Théry Albane, Wang Yuxuan, Dvoriashyna Mariia, Eloy Christophe, Elias Florence, Lauga Eric
Department of Applied Mathematics and Theoretical Physics, University of Cambridge, Cambridge CB3 0WA, UK.
Université de Paris, CNRS UMR 7057, Laboratoire Matière et Systèmes Complexes MSC, F-75006 Paris, France.
Soft Matter. 2021 May 12;17(18):4857-4873. doi: 10.1039/d0sm02207a.
Motivated by recent experiments demonstrating that motile algae get trapped in draining foams, we study the trajectories of microorganisms confined in model foam channels (section of a Plateau border). We track single Chlamydomonas reinhardtii cells confined in a thin three-circle microfluidic chamber and show that their spatial distribution exhibits strong corner accumulation. Using empirical scattering laws observed in previous experiments (scattering with a constant scattering angle), we next develop a two-dimension geometrical model and compute the phase space of trapped and periodic trajectories of swimmers inside a three-circles billiard.

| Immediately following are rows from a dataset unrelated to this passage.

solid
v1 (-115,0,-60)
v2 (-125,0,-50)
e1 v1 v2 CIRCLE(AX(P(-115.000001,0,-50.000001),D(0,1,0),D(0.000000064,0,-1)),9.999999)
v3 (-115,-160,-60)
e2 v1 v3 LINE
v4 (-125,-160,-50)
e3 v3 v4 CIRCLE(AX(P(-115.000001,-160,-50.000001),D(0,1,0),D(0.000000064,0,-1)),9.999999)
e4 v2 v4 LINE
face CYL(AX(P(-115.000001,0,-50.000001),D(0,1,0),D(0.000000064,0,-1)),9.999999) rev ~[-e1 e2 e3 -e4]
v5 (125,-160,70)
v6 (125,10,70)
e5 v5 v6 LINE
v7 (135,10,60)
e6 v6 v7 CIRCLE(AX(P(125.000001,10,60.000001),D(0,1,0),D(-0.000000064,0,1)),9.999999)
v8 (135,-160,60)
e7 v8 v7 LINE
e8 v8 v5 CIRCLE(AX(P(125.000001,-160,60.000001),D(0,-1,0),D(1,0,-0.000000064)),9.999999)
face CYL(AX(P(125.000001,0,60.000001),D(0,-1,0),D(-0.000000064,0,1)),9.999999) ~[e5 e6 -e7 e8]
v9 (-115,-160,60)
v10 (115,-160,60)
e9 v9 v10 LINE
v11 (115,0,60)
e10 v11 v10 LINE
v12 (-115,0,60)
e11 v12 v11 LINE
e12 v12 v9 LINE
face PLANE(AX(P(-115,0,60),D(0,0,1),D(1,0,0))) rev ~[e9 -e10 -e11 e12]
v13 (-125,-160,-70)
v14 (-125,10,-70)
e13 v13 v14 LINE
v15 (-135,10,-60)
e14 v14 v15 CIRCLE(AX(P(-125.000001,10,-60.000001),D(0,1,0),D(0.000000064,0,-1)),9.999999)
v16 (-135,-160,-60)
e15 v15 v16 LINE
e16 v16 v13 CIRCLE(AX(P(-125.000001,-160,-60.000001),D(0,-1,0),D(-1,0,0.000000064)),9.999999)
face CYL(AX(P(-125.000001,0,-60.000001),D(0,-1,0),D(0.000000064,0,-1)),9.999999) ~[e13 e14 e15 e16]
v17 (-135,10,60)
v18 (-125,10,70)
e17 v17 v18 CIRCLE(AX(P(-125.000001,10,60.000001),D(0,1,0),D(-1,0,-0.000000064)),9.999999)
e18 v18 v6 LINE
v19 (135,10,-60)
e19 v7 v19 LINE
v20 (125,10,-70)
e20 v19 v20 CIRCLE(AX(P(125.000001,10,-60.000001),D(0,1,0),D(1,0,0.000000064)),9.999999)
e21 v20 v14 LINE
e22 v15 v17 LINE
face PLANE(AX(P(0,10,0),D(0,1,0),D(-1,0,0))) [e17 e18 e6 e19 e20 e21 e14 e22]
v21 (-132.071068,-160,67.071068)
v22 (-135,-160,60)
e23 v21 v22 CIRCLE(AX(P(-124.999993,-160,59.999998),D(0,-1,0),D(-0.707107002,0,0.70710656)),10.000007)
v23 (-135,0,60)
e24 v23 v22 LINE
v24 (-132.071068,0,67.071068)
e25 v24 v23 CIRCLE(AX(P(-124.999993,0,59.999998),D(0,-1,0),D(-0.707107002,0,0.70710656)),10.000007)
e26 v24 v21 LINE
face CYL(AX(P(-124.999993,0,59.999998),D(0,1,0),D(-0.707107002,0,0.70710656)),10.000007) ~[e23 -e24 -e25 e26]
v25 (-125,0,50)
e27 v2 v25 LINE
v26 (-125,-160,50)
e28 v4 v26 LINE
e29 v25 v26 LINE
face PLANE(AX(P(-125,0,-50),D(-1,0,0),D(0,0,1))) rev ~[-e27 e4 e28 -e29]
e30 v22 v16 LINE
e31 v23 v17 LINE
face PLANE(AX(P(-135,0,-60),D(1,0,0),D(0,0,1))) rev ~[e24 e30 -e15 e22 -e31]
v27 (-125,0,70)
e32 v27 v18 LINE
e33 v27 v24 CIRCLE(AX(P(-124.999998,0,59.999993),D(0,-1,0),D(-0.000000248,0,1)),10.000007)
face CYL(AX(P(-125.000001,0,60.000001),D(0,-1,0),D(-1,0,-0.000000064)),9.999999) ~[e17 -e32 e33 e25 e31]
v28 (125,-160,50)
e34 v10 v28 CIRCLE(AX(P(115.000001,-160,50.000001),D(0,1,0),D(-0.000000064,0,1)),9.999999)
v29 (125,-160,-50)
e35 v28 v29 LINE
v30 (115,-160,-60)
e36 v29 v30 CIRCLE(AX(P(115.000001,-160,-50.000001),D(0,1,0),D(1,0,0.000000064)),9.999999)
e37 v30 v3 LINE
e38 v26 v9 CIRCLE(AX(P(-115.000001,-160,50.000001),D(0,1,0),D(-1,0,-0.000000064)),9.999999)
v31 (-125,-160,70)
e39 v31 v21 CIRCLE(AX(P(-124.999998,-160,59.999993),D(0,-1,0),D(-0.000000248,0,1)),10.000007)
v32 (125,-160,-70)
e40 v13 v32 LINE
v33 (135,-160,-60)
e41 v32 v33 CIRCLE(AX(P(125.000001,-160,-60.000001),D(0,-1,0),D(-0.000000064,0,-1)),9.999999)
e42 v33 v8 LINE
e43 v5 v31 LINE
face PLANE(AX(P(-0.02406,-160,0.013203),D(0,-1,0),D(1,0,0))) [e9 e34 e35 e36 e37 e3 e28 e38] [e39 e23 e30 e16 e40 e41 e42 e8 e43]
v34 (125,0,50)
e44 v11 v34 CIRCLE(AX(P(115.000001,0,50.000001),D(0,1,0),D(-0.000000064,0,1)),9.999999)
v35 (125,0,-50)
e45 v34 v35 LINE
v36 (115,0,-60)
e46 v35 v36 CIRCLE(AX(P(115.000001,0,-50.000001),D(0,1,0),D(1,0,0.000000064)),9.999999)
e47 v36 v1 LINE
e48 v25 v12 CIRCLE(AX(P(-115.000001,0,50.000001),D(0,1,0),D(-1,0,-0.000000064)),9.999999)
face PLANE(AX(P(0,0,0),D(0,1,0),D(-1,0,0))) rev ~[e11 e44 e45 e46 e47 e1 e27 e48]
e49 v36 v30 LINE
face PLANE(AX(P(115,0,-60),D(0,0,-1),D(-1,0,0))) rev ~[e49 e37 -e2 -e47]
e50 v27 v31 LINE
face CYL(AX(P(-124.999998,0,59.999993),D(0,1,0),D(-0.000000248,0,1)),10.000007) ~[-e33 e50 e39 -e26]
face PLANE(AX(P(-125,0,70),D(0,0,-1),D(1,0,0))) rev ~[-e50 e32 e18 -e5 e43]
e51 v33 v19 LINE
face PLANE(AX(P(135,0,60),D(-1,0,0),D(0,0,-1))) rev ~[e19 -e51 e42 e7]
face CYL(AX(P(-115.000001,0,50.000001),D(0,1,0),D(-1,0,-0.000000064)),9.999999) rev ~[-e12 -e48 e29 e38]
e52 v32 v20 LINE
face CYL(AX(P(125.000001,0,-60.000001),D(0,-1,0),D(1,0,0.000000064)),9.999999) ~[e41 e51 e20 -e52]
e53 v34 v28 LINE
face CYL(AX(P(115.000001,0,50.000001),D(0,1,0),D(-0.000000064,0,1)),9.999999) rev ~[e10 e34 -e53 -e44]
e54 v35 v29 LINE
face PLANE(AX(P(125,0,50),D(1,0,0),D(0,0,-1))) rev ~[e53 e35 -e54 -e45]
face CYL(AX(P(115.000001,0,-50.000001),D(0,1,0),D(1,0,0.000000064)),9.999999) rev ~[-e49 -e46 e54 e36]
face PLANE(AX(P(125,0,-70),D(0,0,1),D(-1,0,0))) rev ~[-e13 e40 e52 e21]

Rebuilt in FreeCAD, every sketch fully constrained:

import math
import FreeCAD as App
import Part
import Sketcher

doc = App.newDocument("Part")
body = doc.addObject("PartDesign::Body", "Body")

sketch1 = doc.addObject("Sketcher::SketchObject", "Sketch")
body.addObject(sketch1)
sketch1.AttachmentSupport = (doc.XZ_Plane, [""])
sketch1.MapMode = "FlatFace"
sketch1.addGeometry(Part.LineSegment(App.Vector(125, 70, 0), App.Vector(-125, 70, 0)), False)
sketch1.addGeometry(Part.ArcOfCircle(Part.Circle(App.Vector(-125, 60, 0), App.Vector(0, 0, 1), 10), math.radians(90), math.radians(135)), False)
sketch1.addGeometry(Part.ArcOfCircle(Part.Circle(App.Vector(-125, 60, 0), App.Vector(0, 0, 1), 10), math.radians(135), math.radians(180)), False)
sketch1.addGeometry(Part.LineSegment(App.Vector(-135, 60, 0), App.Vector(-135, -60, 0)), False)
sketch1.addGeometry(Part.ArcOfCircle(Part.Circle(App.Vector(-125, -60, 0), App.Vector(0, 0, 1), 10), math.radians(180), math.radians(270)), False)
sketch1.addGeometry(Part.LineSegment(App.Vector(-125, -70, 0), App.Vector(125, -70, 0)), False)
sketch1.addGeometry(Part.ArcOfCircle(Part.Circle(App.Vector(125, -60, 0), App.Vector(0, 0, 1), 10), math.radians(-90), math.radians(0)), False)
sketch1.addGeometry(Part.LineSegment(App.Vector(135, -60, 0), App.Vector(135, 60, 0)), False)
sketch1.addGeometry(Part.ArcOfCircle(Part.Circle(App.Vector(125, 60, 0), App.Vector(0, 0, 1), 10), math.radians(0), math.radians(90)), False)
sketch1.addGeometry(Part.LineSegment(App.Vector(115, -60, 0), App.Vector(-115, -60, 0)), False)
sketch1.addGeometry(Part.ArcOfCircle(Part.Circle(App.Vector(-115, -50, 0), App.Vector(0, 0, 1), 10), math.radians(180), math.radians(270)), False)
sketch1.addGeometry(Part.LineSegment(App.Vector(-125, -50, 0), App.Vector(-125, 50, 0)), False)
sketch1.addGeometry(Part.ArcOfCircle(Part.Circle(App.Vector(-115, 50, 0), App.Vector(0, 0, 1), 10), math.radians(90), math.radians(180)), False)
sketch1.addGeometry(Part.LineSegment(App.Vector(-115, 60, 0), App.Vector(115, 60, 0)), False)
sketch1.addGeometry(Part.ArcOfCircle(Part.Circle(App.Vector(115, 50, 0), App.Vector(0, 0, 1), 10), math.radians(0), math.radians(90)), False)
sketch1.addGeometry(Part.LineSegment(App.Vector(125, 50, 0), App.Vector(125, -50, 0)), False)
sketch1.addGeometry(Part.ArcOfCircle(Part.Circle(App.Vector(115, -50, 0), App.Vector(0, 0, 1), 10), math.radians(-90), math.radians(0)), False)
sketch1.addConstraint(Sketcher.Constraint("Tangent", 0, 2, 1, 1))
sketch1.addConstraint(Sketcher.Constraint("Tangent", 1, 2, 2, 1))
sketch1.addConstraint(Sketcher.Constraint("Tangent", 2, 2, 3, 1))
sketch1.addConstraint(Sketcher.Constraint("Tangent", 3, 2, 4, 1))
sketch1.addConstraint(Sketcher.Constraint("Tangent", 4, 2, 5, 1))
sketch1.addConstraint(Sketcher.Constraint("Tangent", 5, 2, 6, 1))
sketch1.addConstraint(Sketcher.Constraint("Tangent", 6, 2, 7, 1))
sketch1.addConstraint(Sketcher.Constraint("Tangent", 7, 2, 8, 1))
sketch1.addConstraint(Sketcher.Constraint("Tangent", 8, 2, 0, 1))
sketch1.addConstraint(Sketcher.Constraint("Tangent", 9, 2, 10, 2))
sketch1.addConstraint(Sketcher.Constraint("Tangent", 10, 1, 11, 1))
sketch1.addConstraint(Sketcher.Constraint("Tangent", 11, 2, 12, 2))
sketch1.addConstraint(Sketcher.Constraint("Tangent", 12, 1, 13, 1))
sketch1.addConstraint(Sketcher.Constraint("Tangent", 13, 2, 14, 2))
sketch1.addConstraint(Sketcher.Constraint("Tangent", 14, 1, 15, 1))
sketch1.addConstraint(Sketcher.Constraint("Tangent", 15, 2, 16, 2))
sketch1.addConstraint(Sketcher.Constraint("Tangent", 16, 1, 9, 1))
sketch1.addConstraint(Sketcher.Constraint("Horizontal", 0))
sketch1.addConstraint(Sketcher.Constraint("Vertical", 3))
sketch1.addConstraint(Sketcher.Constraint("Horizontal", 5))
sketch1.addConstraint(Sketcher.Constraint("Vertical", 7))
sketch1.addConstraint(Sketcher.Constraint("Horizontal", 9))
sketch1.addConstraint(Sketcher.Constraint("Vertical", 11))
sketch1.addConstraint(Sketcher.Constraint("Horizontal", 13))
sketch1.addConstraint(Sketcher.Constraint("Vertical", 15))
sketch1.addConstraint(Sketcher.Constraint("Equal", 1, 2))
sketch1.addConstraint(Sketcher.Constraint("Equal", 4, 6))
sketch1.addConstraint(Sketcher.Constraint("Equal", 6, 8))
sketch1.addConstraint(Sketcher.Constraint("Equal", 8, 10))
sketch1.addConstraint(Sketcher.Constraint("Equal", 10, 12))
sketch1.addConstraint(Sketcher.Constraint("Equal", 12, 14))
sketch1.addConstraint(Sketcher.Constraint("Equal", 14, 16))
sketch1.addConstraint(Sketcher.Constraint("Symmetric", 1, 3, 6, 3, -1, 1))
sketch1.addConstraint(Sketcher.Constraint("Symmetric", 10, 3, 14, 3, -1, 1))
sketch1.addConstraint(Sketcher.Constraint("Horizontal", 8, 3, 2, 2))
sketch1.addConstraint(Sketcher.Constraint("Horizontal", 6, 2, 9, 2))
sketch1.addConstraint(Sketcher.Constraint("Vertical", 4, 2, 10, 1))
sketch1.addConstraint(Sketcher.Constraint("Radius", 4, 9.999999))
sketch1.addConstraint(Sketcher.Constraint("DistanceX", 0, 2, 0, 1, 250.0))
sketch1.addConstraint(Sketcher.Constraint("DistanceY", 3, 2, 3, 1, 120.0))
sketch1.addConstraint(Sketcher.Constraint("DistanceX", 1, 2, -1, 1, 132.071068))
pad1 = doc.addObject("PartDesign::Pad", "Pad")
body.addObject(pad1)
pad1.Profile = sketch1
pad1.Length = 160

sketch2 = doc.addObject("Sketcher::SketchObject", "Sketch001")
body.addObject(sketch2)
sketch2.AttachmentSupport = (doc.XZ_Plane, [""])
sketch2.MapMode = "FlatFace"
sketch2.addGeometry(Part.LineSegment(App.Vector(-125, 70, 0), App.Vector(125, 70, 0)), False)
sketch2.addGeometry(Part.ArcOfCircle(Part.Circle(App.Vector(125, 60, 0), App.Vector(0, 0, 1), 10), math.radians(0), math.radians(90)), False)
sketch2.addGeometry(Part.LineSegment(App.Vector(135, 60, 0), App.Vector(135, -60, 0)), False)
sketch2.addGeometry(Part.ArcOfCircle(Part.Circle(App.Vector(125, -60, 0), App.Vector(0, 0, 1), 10), math.radians(-90), math.radians(0)), False)
sketch2.addGeometry(Part.LineSegment(App.Vector(125, -70, 0), App.Vector(-125, -70, 0)), False)
sketch2.addGeometry(Part.ArcOfCircle(Part.Circle(App.Vector(-125, -60, 0), App.Vector(0, 0, 1), 10), math.radians(180), math.radians(270)), False)
sketch2.addGeometry(Part.LineSegment(App.Vector(-135, -60, 0), App.Vector(-135, 60, 0)), False)
sketch2.addGeometry(Part.ArcOfCircle(Part.Circle(App.Vector(-125, 60, 0), App.Vector(0, 0, 1), 10), math.radians(90), math.radians(180)), False)
sketch2.addConstraint(Sketcher.Constraint("Tangent", 0, 2, 1, 2))
sketch2.addConstraint(Sketcher.Constraint("Tangent", 1, 1, 2, 1))
sketch2.addConstraint(Sketcher.Constraint("Tangent", 2, 2, 3, 2))
sketch2.addConstraint(Sketcher.Constraint("Tangent", 3, 1, 4, 1))
sketch2.addConstraint(Sketcher.Constraint("Tangent", 4, 2, 5, 2))
sketch2.addConstraint(Sketcher.Constraint("Tangent", 5, 1, 6, 1))
sketch2.addConstraint(Sketcher.Constraint("Tangent", 6, 2, 7, 2))
sketch2.addConstraint(Sketcher.Constraint("Tangent", 7, 1, 0, 1))
sketch2.addConstraint(Sketcher.Constraint("Horizontal", 0))
sketch2.addConstraint(Sketcher.Constraint("Vertical", 2))
sketch2.addConstraint(Sketcher.Constraint("Horizontal", 4))
sketch2.addConstraint(Sketcher.Constraint("Vertical", 6))
sketch2.addConstraint(Sketcher.Constraint("Equal", 1, 3))
sketch2.addConstraint(Sketcher.Constraint("Equal", 3, 5))
sketch2.addConstraint(Sketcher.Constraint("Equal", 5, 7))
sketch2.addConstraint(Sketcher.Constraint("Symmetric", 1, 3, 5, 3, -1, 1))
sketch2.addConstraint(Sketcher.Constraint("Radius", 1, 9.999999))
sketch2.addConstraint(Sketcher.Constraint("DistanceX", 0, 1, 0, 2, 250.0))
sketch2.addConstraint(Sketcher.Constraint("DistanceY", 2, 2, 2, 1, 120.0))
pad2 = doc.addObject("PartDesign::Pad", "Pad001")
body.addObject(pad2)
pad2.Profile = sketch2
pad2.Length = 10
pad2.Reversed = True

doc.recompute()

We find that the majority of cell trajectories end up in a corner, providing a geometrical mechanism for corner accumulation. Incorporating the distribution of scattering angles observed in our experiments and including hydrodynamic interactions between the cells and the surfaces into the geometrical model enables us to reproduce the experimental probability density function of micro-swimmers in microfluidic chambers. Both our experiments and models demonstrate therefore that motility leads generically to trapping in complex geometries.
受近期实验(该实验表明游动藻类会被困在排水泡沫中)的启发,我们研究了限制在模型泡沫通道(普拉托边界的一部分)中的微生物的轨迹。我们追踪了限制在一个薄的三圆微流体腔室中的单个莱茵衣藻细胞,并表明它们的空间分布呈现出强烈的角落聚集现象。利用在先前实验中观察到的经验散射定律(以恒定散射角散射),我们接下来建立了一个二维几何模型,并计算了三圆台球内被困和周期性轨迹的相空间。我们发现大多数细胞轨迹最终会到达一个角落,这为角落聚集提供了一种几何机制。将我们实验中观察到的散射角分布纳入,并将细胞与表面之间的流体动力相互作用纳入几何模型,这使我们能够重现微流体腔室中微游泳者的实验概率密度函数。因此,我们的实验和模型都表明,运动性通常会导致在复杂几何形状中被困。